ML - Chapter 3: Classification
Multiclass/multinomial classification
classifiers that distinguish between two or more classes.
Specificity:
Another name for TNR.
One-versus-one (OvO) strategy
Another strategy is to train a binary classifier for every pair of digits: one to distinguish 0s and 1s, another to distinguish 0s and 2s, another for 1s and 2s, and so on. If there are N classes, you need to train N × (N - 1) / 2 classifiers. Used by Scikit-learn.
Multilabel Classification
In some cases you may want your classifier to output multiple classes for each instance. Consider a face-recognition classifier: what should it do if it recognizes several people in the same picture? It should attach one tag per person it recognizes. Say the classifier has been trained to recognize three faces, Alice, Bob, and Charlie. Then when the classifier is shown a picture of Alice and Charlie, it should output [1, 0, 1] (meaning "Alice yes, Bob no, Charlie yes"). Such a classification system that outputs multiple binary tags.
Multioutput (and multiclass) Classification
It is simply a generalization of multilabel classification where each label can be multiclass (i.e., it can have more than two possible values).
One-versus-the-rest/all (OvR) strategy
One way to create a system that can classify the digit images into 10 classes (from 0 to 9) is to train 10 binary classifiers, one for each digit (a 0-detector, a 1-detector, a 2-detector, and so on). Then when you want to classify an image, you get the decision score from each classifier for that image and you select the class whose classifier outputs the highest score.
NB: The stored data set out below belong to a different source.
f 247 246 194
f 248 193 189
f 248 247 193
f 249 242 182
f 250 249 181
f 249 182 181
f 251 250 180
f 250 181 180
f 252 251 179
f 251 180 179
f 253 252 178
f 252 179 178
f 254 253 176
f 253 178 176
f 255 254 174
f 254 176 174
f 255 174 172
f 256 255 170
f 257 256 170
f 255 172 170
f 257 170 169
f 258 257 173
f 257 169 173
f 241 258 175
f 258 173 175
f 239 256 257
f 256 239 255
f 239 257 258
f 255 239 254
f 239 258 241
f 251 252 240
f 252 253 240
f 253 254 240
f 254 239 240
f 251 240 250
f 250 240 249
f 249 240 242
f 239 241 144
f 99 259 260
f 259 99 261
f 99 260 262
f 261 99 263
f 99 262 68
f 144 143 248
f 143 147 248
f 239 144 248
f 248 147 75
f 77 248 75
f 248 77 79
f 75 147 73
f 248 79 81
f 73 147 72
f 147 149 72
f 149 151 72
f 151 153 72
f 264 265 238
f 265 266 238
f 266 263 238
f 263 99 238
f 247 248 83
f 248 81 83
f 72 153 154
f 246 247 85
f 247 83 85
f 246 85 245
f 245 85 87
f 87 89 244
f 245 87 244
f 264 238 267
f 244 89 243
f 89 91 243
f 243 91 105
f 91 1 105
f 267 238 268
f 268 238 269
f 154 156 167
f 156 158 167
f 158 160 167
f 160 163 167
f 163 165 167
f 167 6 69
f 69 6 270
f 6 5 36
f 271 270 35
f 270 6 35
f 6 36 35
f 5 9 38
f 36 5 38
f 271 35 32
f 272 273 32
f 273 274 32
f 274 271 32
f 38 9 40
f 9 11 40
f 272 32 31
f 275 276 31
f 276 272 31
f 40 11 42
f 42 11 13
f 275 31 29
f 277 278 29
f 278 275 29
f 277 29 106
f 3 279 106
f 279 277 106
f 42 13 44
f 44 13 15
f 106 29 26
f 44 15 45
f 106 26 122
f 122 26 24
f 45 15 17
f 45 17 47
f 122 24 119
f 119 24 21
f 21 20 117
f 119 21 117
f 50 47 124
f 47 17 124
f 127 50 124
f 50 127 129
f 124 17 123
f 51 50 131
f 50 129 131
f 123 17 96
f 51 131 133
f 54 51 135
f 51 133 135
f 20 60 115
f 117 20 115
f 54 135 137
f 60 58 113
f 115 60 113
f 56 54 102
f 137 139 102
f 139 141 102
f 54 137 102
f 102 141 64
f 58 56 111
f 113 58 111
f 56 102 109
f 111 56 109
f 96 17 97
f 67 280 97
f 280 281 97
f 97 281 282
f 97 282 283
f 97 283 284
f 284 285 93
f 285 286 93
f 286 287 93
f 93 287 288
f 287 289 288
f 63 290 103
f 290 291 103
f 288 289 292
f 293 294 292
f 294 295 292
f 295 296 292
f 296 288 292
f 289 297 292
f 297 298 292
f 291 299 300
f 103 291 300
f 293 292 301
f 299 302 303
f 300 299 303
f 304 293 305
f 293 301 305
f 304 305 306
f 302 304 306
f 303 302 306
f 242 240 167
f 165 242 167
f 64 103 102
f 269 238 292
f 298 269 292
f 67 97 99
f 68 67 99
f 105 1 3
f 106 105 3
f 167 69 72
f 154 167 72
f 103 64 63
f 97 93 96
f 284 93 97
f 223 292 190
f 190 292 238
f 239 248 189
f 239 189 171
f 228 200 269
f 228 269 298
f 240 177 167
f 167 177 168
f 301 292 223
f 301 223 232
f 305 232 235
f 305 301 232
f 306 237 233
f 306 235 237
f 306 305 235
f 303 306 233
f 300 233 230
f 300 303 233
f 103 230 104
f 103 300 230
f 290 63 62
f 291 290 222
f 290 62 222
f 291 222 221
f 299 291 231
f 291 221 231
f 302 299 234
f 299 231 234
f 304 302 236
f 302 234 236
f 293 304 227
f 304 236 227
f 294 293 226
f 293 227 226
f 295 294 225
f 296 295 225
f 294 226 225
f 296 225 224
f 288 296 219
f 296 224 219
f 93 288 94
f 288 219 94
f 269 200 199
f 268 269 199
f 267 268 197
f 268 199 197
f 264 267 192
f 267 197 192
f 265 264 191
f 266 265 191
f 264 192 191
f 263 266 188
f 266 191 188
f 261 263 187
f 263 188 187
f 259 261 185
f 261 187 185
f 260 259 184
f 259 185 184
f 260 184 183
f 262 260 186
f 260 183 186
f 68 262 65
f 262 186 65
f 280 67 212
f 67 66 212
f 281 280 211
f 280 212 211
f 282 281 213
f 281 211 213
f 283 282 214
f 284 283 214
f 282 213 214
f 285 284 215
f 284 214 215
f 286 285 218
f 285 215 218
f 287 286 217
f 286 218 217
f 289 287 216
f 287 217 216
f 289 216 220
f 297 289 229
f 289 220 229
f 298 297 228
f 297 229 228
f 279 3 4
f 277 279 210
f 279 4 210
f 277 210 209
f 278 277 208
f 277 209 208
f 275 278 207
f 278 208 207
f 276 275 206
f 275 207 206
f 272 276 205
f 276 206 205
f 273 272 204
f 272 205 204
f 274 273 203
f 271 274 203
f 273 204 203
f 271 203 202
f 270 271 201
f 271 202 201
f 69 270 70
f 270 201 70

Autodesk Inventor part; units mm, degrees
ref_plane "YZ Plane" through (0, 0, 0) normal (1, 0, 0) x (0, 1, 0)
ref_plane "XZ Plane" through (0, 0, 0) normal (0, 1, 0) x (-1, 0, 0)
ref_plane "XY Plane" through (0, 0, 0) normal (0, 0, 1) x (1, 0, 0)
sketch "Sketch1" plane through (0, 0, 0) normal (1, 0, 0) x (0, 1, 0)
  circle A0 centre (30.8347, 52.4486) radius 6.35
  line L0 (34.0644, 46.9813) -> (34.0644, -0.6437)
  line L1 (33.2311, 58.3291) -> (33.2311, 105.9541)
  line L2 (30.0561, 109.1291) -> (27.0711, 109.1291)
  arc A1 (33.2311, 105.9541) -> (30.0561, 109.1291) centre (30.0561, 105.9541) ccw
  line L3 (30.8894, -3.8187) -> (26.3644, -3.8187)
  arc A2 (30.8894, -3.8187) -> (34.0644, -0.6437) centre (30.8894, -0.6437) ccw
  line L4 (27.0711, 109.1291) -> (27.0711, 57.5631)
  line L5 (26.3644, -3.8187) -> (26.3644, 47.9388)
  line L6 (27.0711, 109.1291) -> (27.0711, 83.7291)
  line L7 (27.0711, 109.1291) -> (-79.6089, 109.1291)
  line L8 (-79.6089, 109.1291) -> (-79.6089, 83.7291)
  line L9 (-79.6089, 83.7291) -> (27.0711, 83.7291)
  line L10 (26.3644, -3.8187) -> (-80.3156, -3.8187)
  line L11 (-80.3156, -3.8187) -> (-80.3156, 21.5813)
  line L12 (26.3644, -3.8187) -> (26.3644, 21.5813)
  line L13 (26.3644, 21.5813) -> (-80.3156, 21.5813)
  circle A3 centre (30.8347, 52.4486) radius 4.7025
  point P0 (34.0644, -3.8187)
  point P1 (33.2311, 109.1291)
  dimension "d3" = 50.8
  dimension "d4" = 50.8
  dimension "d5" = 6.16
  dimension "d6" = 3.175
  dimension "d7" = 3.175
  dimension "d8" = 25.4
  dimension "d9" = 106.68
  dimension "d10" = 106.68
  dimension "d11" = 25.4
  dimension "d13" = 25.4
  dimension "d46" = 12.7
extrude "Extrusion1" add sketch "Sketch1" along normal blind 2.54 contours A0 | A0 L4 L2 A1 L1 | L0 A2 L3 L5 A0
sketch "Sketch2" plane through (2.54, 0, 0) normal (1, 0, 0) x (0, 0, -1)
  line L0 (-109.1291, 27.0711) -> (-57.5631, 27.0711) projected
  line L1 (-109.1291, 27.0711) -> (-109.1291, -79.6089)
Choosing between ROC and precision/recall curves
Since the ROC curve is so similar to the precision/recall (PR) curve, you may wonder how to decide which one to use. As a rule of thumb, you should prefer the PR curve whenever the positive class is rare or when you care more about the false positives than the false negatives.
NOTE
The F1 score favors classifiers that have similar precision and recall. This is not always what you want: in some contexts you mostly care about precision, and in other contexts you really care about recall.
NOTE
The line between classification and regression is sometimes blurry, such as in this example. Arguably, predicting pixel intensity is more akin to regression than to classification. Moreover, multi-output systems are not limited to classification tasks; you could even have a system that outputs multiple labels per instance, including both class labels and value labels.
Recall
Used along with precision as a performance metric. Aka: sensitivity, true positive rate. Eq. where TP: # of true positives, FN: # of false negatives, recall = TP / (TP + FN).
WARNING
When a classifier is trained, it stores the list of target classes in its classes_ attribute, ordered by value. In this case, the index of each class in the classes_ array conveniently matches the class itself (e.g., the class at index 5 happens to be class 5), but in general you won't be so lucky.
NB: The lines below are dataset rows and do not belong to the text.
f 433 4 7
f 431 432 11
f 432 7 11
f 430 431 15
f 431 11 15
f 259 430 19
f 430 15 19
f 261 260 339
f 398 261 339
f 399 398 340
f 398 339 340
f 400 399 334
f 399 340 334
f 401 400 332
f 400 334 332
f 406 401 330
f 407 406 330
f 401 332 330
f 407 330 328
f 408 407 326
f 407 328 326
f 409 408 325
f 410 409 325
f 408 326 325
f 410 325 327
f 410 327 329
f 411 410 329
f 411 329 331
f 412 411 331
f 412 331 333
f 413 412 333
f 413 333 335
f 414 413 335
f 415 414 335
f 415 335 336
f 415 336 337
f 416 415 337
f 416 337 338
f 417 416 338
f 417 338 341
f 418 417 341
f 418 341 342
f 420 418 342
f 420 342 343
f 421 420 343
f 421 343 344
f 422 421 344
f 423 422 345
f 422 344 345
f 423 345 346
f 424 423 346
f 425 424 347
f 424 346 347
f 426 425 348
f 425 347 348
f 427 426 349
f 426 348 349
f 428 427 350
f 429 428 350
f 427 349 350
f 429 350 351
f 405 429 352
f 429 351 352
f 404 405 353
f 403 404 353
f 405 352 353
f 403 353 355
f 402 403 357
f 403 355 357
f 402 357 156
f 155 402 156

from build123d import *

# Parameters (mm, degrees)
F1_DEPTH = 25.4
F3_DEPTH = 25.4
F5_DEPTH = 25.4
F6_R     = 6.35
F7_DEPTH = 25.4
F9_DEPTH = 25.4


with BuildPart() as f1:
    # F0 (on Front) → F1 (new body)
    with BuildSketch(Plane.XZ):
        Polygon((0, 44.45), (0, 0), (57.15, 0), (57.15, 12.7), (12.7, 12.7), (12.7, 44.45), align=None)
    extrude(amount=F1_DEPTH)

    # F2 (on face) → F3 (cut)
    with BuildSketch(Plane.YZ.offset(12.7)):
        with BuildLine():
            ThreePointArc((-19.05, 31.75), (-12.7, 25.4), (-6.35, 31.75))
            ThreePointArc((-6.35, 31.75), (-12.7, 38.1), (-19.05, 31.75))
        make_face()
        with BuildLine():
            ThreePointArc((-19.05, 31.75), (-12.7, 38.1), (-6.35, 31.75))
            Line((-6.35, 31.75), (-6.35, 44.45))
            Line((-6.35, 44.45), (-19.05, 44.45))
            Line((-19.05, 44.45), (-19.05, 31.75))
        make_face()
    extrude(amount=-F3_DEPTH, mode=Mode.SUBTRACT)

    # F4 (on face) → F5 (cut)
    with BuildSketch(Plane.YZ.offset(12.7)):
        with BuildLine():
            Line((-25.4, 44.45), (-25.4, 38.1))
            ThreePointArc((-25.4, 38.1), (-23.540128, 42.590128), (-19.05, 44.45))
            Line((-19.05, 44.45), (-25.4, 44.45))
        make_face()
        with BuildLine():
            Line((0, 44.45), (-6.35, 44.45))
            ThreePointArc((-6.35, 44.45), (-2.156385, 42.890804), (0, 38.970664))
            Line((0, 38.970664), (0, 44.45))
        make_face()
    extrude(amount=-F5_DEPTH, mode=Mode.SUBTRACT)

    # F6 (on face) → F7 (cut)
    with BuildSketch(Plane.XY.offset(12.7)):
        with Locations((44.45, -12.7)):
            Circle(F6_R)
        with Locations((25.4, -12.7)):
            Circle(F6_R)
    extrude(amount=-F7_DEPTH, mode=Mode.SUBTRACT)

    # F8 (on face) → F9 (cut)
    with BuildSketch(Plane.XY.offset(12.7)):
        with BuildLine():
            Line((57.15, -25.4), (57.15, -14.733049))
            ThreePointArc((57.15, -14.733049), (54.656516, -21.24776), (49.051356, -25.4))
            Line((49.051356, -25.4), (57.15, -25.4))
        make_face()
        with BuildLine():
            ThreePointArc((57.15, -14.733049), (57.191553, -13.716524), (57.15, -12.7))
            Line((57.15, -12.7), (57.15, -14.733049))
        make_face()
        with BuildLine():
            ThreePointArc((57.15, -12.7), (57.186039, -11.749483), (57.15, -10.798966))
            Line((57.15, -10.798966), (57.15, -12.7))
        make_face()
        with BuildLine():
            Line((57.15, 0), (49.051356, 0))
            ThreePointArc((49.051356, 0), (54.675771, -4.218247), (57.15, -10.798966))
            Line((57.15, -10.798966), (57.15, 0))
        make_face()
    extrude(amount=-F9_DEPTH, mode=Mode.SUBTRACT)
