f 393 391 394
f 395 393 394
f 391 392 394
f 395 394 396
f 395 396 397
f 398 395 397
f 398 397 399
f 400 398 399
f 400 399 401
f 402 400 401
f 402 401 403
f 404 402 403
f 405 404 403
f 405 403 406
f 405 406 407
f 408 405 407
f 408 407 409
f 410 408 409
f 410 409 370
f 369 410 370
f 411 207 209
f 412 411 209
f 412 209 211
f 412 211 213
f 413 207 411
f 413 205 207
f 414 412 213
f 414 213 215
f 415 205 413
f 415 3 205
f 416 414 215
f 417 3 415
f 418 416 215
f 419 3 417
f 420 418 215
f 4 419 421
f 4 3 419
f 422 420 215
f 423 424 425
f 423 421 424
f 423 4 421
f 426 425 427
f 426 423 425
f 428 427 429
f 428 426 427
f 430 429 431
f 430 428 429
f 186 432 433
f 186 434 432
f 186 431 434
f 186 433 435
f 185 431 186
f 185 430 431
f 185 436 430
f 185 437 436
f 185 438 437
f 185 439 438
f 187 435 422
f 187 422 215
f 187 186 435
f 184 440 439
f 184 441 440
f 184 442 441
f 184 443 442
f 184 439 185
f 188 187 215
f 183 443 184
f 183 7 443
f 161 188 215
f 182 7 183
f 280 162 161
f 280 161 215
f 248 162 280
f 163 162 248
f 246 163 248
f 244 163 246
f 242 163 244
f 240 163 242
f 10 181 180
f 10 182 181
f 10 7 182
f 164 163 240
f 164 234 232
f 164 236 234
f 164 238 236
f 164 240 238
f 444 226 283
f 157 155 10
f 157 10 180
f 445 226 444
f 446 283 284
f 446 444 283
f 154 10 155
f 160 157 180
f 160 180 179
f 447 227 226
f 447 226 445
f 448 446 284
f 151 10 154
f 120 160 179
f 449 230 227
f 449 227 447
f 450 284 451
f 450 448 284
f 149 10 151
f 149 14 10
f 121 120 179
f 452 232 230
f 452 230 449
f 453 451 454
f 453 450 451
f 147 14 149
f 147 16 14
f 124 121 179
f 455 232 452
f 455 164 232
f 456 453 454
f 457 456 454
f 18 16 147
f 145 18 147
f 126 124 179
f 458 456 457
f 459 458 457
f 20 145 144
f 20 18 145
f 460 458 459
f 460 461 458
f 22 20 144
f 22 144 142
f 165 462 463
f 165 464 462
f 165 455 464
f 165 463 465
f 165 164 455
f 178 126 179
Cross-Validation [Classification]
a performance measure of classifiers and regressors but prioritizes accuracy. Bad with skewed datasets with binary classification.
Stochastic Gradient Descent (SGD)
advantage of handling very large datasets efficiently as it deals with training instances independently; SGDClassifier in scikit-learn.
Receiver operating characteristic (ROC)
another common tool used with binary classifiers. It is very similar to the precision/recall curve, but instead of plotting precision versus recall, the ROC curve plots the true positive rate (another name for recall) against the false positive rate (FPR). The FPR is the ratio of negative instances that are incorrectly classified as positive. It is equal to 1 - the true negative rate (TNR), which is the ratio of negative instances that are correctly classified as negative. The TNR is also called specificity.
Binary classifier
classification that distinguishes between just two classes (ex. 5 and not-5)
*Precision/recall trade-off
concerns decision function and threshold. In this precision/recall trade-off, images are ranked by their classifier score, and those above the chosen decision threshold are considered positive; the higher the threshold, the lower the recall, but (in general) the higher the precision. Has to do with SGDClassifier.
Data structure of datasets in Scikit-Learn
dictionary structure that includes: DESCR or description of dataset, data key that contains an array with one row/instance and one column/feature. And a target key containing an array with the labels.
Precision
equation where TP: # of true positives, FP: # of false positives, and precision = TP / (TP + FP).
F_1 score
the harmonic score of recall and precision. the harmonic mean gives much more weight to low values. As a result, the classifier will only get a high F1 score if both recall and precision are high. Eq. F_1 = 2 / [ (1 / precision) + (1 / recall) ] * (precision * recall) / (precision + recall) = TP / [ TP + (FN + FP) / 2 ].
Confusion Matrix
the preferred evaluation of classifiers; the general idea is to count the number of times instances of class A are classified as class B. For example, to know the number of times the classifier confused images of 5s with 3s, you would look in the fifth row and third column of the confusion matrix. Each row in a confusion matrix represents an actual class, while each column represents a predicted class. Uses cross_val_predict() function.